Potrero del Llano Numero Quatro, Huasteca Region, Eastern Mexico; 1914



The rough meaning of that in English is venting gas. The photo is courtesy of the Ben Manning Collection at the DeGolyer Library at Southern Methodist University and, for a student of early Mexican oil history, a great find worth sharing.


This is a photo of perhaps the greatest oil well the world has ever known. I invite you please to read about this great well on Oily Stuff Blog, here, and again here in a bit of a "sequel" to the original Jefe post. No well in the world has ever produced so much oil in a shorter period of time than the Potrero 4.


After a lightening strike in 1913 that set the nearby river on fire, the Potrero 4 well itself was literally almost covered in dirt, with a large, earthen levee like berm around it, the fear of lightening actually striking the well bore itself was so great.


While the fire in the river embankment raged on, efforts were made to open the well itself and eliminate any restrictions in the downstream gathering system. The idea was that this would prevent more surface breaches and slow the fire down in the river bed.


In the photo above we can see the earthen berm thrown up around the well bore and the large OD flowlines coming out of the levee. All of this was encircled in a protective fence, with guard towers at each corner to watch for revolutionists. All of the vent stacks seen in the photo are from this one, single well and are helping to blow off pressure.

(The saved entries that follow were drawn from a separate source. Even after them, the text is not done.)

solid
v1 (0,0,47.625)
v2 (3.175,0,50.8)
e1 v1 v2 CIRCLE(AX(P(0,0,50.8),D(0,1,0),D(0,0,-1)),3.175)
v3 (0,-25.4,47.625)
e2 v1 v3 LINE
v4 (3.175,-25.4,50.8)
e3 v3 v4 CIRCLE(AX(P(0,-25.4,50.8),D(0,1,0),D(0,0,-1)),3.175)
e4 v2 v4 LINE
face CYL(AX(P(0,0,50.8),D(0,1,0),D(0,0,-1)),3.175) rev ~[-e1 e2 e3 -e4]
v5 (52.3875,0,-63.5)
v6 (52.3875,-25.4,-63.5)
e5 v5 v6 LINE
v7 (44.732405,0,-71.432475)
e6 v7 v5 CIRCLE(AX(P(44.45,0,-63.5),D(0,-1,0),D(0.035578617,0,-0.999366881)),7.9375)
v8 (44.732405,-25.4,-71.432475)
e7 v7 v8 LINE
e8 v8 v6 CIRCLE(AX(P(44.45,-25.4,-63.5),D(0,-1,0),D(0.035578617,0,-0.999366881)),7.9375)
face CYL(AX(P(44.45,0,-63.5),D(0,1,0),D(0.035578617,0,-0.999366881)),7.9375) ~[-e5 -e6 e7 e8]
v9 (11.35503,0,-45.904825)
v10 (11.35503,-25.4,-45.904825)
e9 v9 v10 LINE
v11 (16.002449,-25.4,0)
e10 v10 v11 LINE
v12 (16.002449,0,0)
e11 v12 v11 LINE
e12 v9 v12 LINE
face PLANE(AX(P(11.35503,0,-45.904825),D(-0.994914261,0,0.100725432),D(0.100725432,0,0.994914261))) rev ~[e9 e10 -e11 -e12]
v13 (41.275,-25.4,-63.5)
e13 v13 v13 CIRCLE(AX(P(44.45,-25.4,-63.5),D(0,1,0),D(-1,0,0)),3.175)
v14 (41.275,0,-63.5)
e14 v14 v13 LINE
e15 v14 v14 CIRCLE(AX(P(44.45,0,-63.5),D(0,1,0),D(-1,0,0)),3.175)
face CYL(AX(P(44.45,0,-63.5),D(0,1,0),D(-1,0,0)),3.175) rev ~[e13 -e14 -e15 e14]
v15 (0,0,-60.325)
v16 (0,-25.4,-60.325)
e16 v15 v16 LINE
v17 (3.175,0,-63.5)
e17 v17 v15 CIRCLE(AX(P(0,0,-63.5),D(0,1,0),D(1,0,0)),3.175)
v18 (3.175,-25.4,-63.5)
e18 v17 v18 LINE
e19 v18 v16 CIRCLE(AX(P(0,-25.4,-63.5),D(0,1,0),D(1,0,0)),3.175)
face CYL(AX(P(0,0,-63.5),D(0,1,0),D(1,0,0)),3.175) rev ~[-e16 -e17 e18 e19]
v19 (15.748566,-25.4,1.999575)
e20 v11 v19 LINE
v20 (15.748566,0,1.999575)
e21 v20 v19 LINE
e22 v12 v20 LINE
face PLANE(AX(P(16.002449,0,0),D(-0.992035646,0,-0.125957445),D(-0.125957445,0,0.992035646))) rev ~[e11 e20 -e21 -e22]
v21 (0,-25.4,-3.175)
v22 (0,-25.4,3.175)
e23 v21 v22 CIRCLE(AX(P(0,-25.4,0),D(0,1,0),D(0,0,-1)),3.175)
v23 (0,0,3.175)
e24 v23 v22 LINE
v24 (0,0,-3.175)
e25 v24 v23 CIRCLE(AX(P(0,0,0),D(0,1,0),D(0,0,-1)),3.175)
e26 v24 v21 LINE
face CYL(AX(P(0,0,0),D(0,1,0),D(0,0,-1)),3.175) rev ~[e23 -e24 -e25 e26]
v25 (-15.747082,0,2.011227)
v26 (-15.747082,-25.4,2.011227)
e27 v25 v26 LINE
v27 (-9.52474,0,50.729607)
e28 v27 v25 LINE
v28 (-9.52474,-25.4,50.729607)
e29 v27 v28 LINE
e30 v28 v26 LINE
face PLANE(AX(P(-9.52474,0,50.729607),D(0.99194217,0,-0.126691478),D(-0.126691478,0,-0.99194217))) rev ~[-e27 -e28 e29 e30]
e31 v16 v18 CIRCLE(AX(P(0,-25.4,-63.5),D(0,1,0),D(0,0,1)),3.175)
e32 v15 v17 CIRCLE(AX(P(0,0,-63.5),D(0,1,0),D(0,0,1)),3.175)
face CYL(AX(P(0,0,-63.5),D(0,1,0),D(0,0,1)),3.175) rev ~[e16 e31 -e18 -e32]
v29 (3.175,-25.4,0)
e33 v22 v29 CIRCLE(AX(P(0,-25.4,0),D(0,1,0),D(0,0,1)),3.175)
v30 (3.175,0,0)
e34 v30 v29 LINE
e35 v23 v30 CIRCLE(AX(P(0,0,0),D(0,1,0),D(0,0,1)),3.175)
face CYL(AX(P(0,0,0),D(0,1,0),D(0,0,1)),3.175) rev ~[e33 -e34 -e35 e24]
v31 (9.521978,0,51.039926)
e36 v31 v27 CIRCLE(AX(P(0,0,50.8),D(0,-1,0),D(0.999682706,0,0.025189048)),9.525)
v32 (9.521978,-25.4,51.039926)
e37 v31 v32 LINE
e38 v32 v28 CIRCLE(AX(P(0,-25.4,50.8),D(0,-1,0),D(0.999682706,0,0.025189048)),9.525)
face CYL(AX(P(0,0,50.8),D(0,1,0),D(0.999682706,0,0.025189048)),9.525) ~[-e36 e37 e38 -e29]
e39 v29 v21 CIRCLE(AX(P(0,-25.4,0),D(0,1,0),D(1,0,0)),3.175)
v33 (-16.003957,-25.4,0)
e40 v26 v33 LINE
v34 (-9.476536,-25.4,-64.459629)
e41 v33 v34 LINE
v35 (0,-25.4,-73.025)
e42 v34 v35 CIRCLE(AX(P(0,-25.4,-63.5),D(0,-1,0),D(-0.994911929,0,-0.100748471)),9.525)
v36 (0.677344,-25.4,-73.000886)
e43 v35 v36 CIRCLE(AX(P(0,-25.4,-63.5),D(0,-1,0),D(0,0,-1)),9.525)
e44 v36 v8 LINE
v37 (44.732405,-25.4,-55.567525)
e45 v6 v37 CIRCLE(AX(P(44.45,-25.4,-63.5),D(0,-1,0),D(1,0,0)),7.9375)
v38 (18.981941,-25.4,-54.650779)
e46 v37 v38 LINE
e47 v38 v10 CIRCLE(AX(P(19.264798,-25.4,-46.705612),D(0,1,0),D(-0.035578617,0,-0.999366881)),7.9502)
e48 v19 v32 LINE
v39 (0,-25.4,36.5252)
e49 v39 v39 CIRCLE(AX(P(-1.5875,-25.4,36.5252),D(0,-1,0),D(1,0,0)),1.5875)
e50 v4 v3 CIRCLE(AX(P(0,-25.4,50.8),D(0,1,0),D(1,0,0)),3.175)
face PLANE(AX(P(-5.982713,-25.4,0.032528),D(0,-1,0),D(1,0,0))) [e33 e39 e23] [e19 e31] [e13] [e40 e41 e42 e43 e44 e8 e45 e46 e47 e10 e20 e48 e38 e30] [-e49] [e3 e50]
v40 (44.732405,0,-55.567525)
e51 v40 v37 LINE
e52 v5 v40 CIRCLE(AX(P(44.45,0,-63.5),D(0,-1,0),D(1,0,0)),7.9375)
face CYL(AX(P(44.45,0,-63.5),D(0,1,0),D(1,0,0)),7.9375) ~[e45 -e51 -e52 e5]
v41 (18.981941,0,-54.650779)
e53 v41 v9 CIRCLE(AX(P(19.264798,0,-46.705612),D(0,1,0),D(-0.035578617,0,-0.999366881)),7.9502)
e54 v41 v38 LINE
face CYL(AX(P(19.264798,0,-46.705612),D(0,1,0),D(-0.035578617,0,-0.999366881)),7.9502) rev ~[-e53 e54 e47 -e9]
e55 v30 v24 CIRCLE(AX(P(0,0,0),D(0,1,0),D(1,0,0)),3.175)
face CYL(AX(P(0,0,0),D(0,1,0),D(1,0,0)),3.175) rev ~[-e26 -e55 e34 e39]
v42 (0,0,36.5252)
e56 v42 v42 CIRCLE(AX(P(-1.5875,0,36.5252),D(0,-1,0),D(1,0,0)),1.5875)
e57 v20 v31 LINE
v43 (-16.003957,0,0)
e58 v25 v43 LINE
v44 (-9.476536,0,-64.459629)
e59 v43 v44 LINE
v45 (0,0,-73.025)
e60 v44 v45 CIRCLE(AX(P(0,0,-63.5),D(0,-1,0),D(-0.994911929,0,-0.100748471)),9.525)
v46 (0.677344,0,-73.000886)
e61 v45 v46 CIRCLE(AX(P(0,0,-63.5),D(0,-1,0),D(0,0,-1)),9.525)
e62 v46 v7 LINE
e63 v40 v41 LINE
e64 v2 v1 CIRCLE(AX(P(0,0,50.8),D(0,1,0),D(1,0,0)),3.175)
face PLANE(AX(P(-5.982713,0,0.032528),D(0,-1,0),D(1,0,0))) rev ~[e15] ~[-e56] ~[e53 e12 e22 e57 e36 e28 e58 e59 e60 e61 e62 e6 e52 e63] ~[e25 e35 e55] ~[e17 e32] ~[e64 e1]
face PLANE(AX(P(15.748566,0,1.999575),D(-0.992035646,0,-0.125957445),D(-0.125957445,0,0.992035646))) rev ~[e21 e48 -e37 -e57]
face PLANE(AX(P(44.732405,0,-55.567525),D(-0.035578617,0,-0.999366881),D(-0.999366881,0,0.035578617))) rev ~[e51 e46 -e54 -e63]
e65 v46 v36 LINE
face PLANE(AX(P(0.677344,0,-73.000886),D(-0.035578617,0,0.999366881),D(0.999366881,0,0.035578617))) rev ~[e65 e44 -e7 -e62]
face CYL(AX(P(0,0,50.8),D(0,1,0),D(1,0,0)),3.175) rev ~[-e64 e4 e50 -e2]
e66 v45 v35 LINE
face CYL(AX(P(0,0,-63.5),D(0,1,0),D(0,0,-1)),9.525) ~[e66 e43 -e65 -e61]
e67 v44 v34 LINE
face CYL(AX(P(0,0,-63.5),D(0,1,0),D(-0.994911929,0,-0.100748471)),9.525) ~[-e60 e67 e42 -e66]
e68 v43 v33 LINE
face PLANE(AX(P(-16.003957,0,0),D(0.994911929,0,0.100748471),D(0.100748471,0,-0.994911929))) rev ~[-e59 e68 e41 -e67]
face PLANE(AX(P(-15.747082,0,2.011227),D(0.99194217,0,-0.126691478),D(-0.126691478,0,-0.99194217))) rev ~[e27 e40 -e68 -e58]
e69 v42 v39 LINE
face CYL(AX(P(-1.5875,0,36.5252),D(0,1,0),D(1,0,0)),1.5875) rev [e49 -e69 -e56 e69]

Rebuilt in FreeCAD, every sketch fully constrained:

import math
import FreeCAD as App
import Part
import Sketcher
Q = App.Units.Quantity

doc = App.newDocument("Part")
body = doc.addObject("PartDesign::Body", "Body")

sketch1 = body.newObject("Sketcher::SketchObject", "Sketch")
sketch1.AttachmentSupport = (doc.getObject("XZ_Plane"), [""])
sketch1.MapMode = "FlatFace"
sketch1.addGeometry(Part.ArcOfCircle(Part.Circle(App.Vector(0, -63.5, 0), App.Vector(0, 0, 1), 9.525), math.radians(-174.217728), math.radians(-90)), False)
sketch1.addGeometry(Part.ArcOfCircle(Part.Circle(App.Vector(0, -63.5, 0), App.Vector(0, 0, 1), 9.525), math.radians(-90), math.radians(-85.92213)), False)
sketch1.addGeometry(Part.LineSegment(App.Vector(0.677344, -73.000886, 0), App.Vector(44.732405, -71.432475, 0)), False)
sketch1.addGeometry(Part.ArcOfCircle(Part.Circle(App.Vector(44.45, -63.5, 0), App.Vector(0, 0, 1), 7.9375), math.radians(-87.961065), math.radians(0)), False)
sketch1.addGeometry(Part.ArcOfCircle(Part.Circle(App.Vector(44.45, -63.5, 0), App.Vector(0, 0, 1), 7.9375), math.radians(0), math.radians(87.961065)), False)
sketch1.addGeometry(Part.LineSegment(App.Vector(44.732405, -55.567525, 0), App.Vector(18.981941, -54.650779, 0)), False)
sketch1.addGeometry(Part.ArcOfCircle(Part.Circle(App.Vector(19.264798, -46.705612, 0), App.Vector(0, 0, 1), 7.9502), math.radians(174.219054), math.radians(267.961065)), False)
sketch1.addGeometry(Part.LineSegment(App.Vector(11.35503, -45.904825, 0), App.Vector(16.002449, 0, 0)), False)
sketch1.addGeometry(Part.LineSegment(App.Vector(16.002449, 0, 0), App.Vector(15.748566, 1.999575, 0)), False)
sketch1.addGeometry(Part.LineSegment(App.Vector(15.748566, 1.999575, 0), App.Vector(9.521978, 51.039926, 0)), False)
sketch1.addGeometry(Part.ArcOfCircle(Part.Circle(App.Vector(0, 50.8, 0), App.Vector(0, 0, 1), 9.525), math.radians(1.443379), math.radians(180.423441)), False)
sketch1.addGeometry(Part.LineSegment(App.Vector(-9.52474, 50.729607, 0), App.Vector(-15.747082, 2.011227, 0)), False)
sketch1.addGeometry(Part.LineSegment(App.Vector(-15.747082, 2.011227, 0), App.Vector(-16.003957, 0, 0)), False)
sketch1.addGeometry(Part.LineSegment(App.Vector(-16.003957, 0, 0), App.Vector(-9.476536, -64.459629, 0)), False)
sketch1.addGeometry(Part.ArcOfCircle(Part.Circle(App.Vector(0, -63.5, 0), App.Vector(0, 0, 1), 3.175), math.radians(90), math.radians(360)), False)
sketch1.addGeometry(Part.ArcOfCircle(Part.Circle(App.Vector(0, -63.5, 0), App.Vector(0, 0, 1), 3.175), math.radians(0), math.radians(90)), False)
sketch1.addGeometry(Part.Circle(App.Vector(44.45, -63.5, 0), App.Vector(0, 0, 1), 3.175), False)
sketch1.addGeometry(Part.ArcOfCircle(Part.Circle(App.Vector(0, 0, 0), App.Vector(0, 0, 1), 3.175), math.radians(90), math.radians(270)), False)
sketch1.addGeometry(Part.ArcOfCircle(Part.Circle(App.Vector(0, 0, 0), App.Vector(0, 0, 1), 3.175), math.radians(0), math.radians(90)), False)
sketch1.addGeometry(Part.ArcOfCircle(Part.Circle(App.Vector(0, 0, 0), App.Vector(0, 0, 1), 3.175), math.radians(-90), math.radians(0)), False)
sketch1.addGeometry(Part.Circle(App.Vector(-1.5875, 36.5252, 0), App.Vector(0, 0, 1), 1.5875), False)
sketch1.addGeometry(Part.ArcOfCircle(Part.Circle(App.Vector(0, 50.8, 0), App.Vector(0, 0, 1), 3.175), math.radians(0), math.radians(270)), False)
sketch1.addGeometry(Part.ArcOfCircle(Part.Circle(App.Vector(0, 50.8, 0), App.Vector(0, 0, 1), 3.175), math.radians(-90), math.radians(0)), False)
sketch1.addConstraint(Sketcher.Constraint("Coincident", 0, 2, 1, 1))
sketch1.addConstraint(Sketcher.Constraint("Coincident", 1, 2, 2, 1))
sketch1.addConstraint(Sketcher.Constraint("Coincident", 2, 2, 3, 1))
sketch1.addConstraint(Sketcher.Constraint("Coincident", 3, 2, 4, 1))
sketch1.addConstraint(Sketcher.Constraint("Coincident", 4, 2, 5, 1))
sketch1.addConstraint(Sketcher.Constraint("Coincident", 5, 2, 6, 2))
sketch1.addConstraint(Sketcher.Constraint("Coincident", 6, 1, 7, 1))
sketch1.addConstraint(Sketcher.Constraint("Coincident", 7, 2, 8, 1))
sketch1.addConstraint(Sketcher.Constraint("Coincident", 8, 2, 9, 1))
sketch1.addConstraint(Sketcher.Constraint("Coincident", 9, 2, 10, 1))
sketch1.addConstraint(Sketcher.Constraint("Coincident", 10, 2, 11, 1))
sketch1.addConstraint(Sketcher.Constraint("Coincident", 11, 2, 12, 1))
sketch1.addConstraint(Sketcher.Constraint("Coincident", 12, 2, 13, 1))
sketch1.addConstraint(Sketcher.Constraint("Coincident", 13, 2, 0, 1))
sketch1.addConstraint(Sketcher.Constraint("Coincident", 14, 1, 15, 2))
sketch1.addConstraint(Sketcher.Constraint("Coincident", 15, 1, 14, 2))
sketch1.addConstraint(Sketcher.Constraint("Coincident", 17, 1, 18, 2))
sketch1.addConstraint(Sketcher.Constraint("Coincident", 18, 1, 19, 2))
sketch1.addConstraint(Sketcher.Constraint("Coincident", 19, 1, 17, 2))
sketch1.addConstraint(Sketcher.Constraint("Coincident", 21, 1, 22, 2))
sketch1.addConstraint(Sketcher.Constraint("Coincident", 22, 1, 21, 2))
sketch1.addConstraint(Sketcher.Constraint("Coincident", 17, 3, -1, 1))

One can assume these were all good problems to have, even in 1914, but Aquila's production hands must have literally been on the brink of a heart attack, constantly. So large was the flow rates from this well that any restrictions in the well head, capping assembly and fragile production casing wanted to send it all into orbit. The mere placement of production pipelines caused enough head/back pressure to breach the casing shoe and blow, hard, up thru the ground in a half dozen areas. Before the lightening strike the eruption in the river bank was putting 15,000 barrels of oil per day into the water. Lots of it it was skimmed off, more of it had to be burned off.


And, if that wasn't enough, there were revolutionary's always taking shots at the well head, trying to ignite it.